There is even better news with some of the specifics:

  • Most audits are done by mail. The IRS asks for information and the taxpayer sends in the responsive documents. The number of field audits (an IRS auditor working directly with a taxpayer to address issues) keeps dropping, and last year the numbers were at an all-time low. Field audits are done for complex tax situations, and less than 250,000 were done last year.
  • S-corporation or partnership tax returns have a very low audit rate at 0.22%. That’s less than half the overall audit rate of 0.5%
  • If you make more than $1 million a year, your likelihood of audit is higher. 3% of taxpayers making more than $1 million were audited last year, but that’s down from the 12% who were audited in 2011.
  • Criminal investigation cases are down 58% in the last five years.
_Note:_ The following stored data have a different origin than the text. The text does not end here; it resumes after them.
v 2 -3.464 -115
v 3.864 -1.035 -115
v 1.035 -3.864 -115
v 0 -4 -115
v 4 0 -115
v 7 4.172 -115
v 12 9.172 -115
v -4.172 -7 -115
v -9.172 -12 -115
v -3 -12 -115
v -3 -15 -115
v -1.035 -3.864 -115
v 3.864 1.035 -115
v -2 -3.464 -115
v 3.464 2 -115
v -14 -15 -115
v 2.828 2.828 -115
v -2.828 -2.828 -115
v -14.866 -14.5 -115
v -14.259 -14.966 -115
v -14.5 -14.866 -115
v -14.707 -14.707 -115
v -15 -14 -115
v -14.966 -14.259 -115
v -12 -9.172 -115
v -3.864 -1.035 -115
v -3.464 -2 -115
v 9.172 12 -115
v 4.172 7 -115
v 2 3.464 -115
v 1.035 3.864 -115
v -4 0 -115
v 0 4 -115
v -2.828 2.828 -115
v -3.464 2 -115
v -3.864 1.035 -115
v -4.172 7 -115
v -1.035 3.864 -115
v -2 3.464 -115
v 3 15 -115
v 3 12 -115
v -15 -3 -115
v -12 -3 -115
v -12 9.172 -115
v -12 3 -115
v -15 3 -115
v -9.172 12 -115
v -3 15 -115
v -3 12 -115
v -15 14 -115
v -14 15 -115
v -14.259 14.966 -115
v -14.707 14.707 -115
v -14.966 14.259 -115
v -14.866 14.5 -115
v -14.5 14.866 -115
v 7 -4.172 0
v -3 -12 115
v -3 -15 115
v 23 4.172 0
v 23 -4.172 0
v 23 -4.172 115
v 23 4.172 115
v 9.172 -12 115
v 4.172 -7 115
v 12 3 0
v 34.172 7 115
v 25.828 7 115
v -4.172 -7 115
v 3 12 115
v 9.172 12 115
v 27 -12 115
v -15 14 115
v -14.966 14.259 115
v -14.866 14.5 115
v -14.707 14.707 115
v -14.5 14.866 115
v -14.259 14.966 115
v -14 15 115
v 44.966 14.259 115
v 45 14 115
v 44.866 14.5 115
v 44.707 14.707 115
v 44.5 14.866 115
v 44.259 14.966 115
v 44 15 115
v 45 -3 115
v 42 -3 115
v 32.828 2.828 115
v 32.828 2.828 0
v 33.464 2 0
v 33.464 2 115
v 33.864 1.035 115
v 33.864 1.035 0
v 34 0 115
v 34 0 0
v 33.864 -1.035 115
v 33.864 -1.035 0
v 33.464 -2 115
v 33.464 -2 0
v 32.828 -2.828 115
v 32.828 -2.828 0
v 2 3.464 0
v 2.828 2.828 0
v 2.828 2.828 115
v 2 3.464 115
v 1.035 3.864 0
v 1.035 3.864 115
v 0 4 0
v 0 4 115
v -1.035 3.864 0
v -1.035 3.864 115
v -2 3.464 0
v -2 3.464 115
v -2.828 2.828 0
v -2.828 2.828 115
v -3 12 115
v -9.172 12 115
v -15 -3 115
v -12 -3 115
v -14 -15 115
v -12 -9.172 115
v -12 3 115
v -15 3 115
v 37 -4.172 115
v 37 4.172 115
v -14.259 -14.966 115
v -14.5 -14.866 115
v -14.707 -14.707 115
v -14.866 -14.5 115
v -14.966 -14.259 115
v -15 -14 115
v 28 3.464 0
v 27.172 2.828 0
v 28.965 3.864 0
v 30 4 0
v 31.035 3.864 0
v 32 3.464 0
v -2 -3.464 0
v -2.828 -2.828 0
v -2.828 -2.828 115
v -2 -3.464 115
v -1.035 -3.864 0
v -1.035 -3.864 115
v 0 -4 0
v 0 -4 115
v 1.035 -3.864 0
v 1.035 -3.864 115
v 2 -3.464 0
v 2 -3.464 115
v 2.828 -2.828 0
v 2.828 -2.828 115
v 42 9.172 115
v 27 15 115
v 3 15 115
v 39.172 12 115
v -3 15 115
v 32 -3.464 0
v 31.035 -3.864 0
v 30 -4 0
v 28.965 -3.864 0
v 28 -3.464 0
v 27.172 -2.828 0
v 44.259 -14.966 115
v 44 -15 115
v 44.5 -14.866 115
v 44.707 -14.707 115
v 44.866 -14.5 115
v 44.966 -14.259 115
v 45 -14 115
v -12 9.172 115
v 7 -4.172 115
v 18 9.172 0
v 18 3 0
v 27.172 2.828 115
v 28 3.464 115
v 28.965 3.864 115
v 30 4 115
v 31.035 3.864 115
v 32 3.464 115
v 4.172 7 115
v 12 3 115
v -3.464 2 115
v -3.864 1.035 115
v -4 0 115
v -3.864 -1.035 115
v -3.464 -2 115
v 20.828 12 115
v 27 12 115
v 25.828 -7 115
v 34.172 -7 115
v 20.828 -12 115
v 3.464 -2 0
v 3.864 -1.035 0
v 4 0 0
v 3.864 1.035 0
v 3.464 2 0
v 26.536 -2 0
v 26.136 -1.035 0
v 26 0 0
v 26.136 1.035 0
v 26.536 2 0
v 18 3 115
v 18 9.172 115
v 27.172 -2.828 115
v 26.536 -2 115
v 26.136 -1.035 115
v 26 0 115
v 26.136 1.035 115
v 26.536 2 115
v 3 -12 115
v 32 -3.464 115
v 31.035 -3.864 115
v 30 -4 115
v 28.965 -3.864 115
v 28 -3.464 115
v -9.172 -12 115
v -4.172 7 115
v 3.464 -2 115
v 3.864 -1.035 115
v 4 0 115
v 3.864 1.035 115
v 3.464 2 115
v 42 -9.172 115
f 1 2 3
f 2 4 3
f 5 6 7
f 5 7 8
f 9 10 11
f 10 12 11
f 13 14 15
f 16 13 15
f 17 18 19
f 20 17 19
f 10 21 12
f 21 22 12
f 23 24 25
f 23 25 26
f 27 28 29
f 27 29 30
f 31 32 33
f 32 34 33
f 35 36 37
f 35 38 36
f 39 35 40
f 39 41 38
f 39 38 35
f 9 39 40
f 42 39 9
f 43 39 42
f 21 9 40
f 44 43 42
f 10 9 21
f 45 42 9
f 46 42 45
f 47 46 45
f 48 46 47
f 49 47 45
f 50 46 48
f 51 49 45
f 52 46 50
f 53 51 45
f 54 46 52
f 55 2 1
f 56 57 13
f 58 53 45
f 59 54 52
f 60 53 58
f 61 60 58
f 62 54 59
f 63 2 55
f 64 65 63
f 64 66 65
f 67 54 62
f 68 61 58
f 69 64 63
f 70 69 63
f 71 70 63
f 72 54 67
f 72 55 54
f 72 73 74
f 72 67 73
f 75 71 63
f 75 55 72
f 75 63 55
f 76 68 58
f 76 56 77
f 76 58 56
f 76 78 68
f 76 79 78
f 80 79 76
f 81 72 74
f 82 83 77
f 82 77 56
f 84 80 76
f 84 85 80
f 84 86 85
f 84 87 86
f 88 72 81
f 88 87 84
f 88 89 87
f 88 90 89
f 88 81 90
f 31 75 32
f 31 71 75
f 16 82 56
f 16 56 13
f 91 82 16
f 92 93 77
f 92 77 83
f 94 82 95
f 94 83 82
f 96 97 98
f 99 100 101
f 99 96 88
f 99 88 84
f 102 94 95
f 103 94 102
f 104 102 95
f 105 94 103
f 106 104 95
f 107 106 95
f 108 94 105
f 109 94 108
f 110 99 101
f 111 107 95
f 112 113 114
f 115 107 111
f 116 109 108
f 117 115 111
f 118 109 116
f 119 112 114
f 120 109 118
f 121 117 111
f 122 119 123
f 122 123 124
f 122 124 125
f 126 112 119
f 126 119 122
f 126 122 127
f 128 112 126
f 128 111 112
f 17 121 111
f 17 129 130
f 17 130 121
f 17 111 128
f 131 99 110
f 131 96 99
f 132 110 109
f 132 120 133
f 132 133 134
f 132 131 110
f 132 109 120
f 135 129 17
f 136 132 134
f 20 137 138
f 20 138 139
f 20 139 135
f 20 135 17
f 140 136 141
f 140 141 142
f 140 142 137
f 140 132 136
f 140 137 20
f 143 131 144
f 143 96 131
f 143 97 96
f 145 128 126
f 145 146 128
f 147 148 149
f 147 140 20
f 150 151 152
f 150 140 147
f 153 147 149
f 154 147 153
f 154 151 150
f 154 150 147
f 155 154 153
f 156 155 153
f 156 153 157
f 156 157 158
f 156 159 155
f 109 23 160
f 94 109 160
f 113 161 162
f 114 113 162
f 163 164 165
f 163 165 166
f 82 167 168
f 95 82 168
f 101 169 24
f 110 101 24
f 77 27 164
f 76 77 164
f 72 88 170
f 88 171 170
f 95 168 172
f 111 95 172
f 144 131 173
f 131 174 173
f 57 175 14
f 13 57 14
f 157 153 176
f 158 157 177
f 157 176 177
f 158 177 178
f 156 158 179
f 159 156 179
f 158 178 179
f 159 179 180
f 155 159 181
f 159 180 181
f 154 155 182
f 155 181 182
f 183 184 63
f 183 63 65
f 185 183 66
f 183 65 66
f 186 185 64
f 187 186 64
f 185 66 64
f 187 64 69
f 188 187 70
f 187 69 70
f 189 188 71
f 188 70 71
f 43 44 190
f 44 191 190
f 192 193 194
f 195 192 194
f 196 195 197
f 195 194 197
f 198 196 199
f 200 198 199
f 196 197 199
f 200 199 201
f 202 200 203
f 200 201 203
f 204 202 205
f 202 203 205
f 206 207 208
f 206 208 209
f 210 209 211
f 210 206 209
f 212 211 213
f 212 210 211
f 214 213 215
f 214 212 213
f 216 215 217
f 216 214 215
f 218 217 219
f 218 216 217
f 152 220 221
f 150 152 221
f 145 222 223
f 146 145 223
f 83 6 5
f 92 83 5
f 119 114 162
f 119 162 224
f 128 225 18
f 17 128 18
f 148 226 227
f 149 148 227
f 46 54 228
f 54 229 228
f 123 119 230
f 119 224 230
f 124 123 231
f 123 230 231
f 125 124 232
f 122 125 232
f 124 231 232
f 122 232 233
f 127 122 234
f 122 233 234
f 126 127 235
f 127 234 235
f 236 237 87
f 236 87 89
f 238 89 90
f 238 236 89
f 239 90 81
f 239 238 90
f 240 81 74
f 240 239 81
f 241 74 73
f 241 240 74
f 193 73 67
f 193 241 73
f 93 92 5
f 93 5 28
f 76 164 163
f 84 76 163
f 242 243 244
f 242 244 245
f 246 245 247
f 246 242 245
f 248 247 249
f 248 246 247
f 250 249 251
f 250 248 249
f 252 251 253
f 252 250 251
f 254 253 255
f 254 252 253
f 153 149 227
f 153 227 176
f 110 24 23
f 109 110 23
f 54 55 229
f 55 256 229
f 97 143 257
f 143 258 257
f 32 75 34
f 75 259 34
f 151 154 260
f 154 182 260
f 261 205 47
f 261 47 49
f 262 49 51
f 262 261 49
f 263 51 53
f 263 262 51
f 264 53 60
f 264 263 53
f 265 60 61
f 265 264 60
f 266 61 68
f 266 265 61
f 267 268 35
During the same period, the number of revenue agents (field auditors) and criminal investigators has dropped by about 25%. So it’s only natural that prosecutions have gone down too.

As Accounting Today notes, the IRS has always used the fear of audits to get people to voluntarily report all of their income and pay the taxes they owe. With audits down, that fear might not be so great anymore. However, the IRS uses other non-audit tools (such as letters that notify taxpayers of discrepancies and taxes due) which still create fear in taxpayers, and may therefore encourage compliance.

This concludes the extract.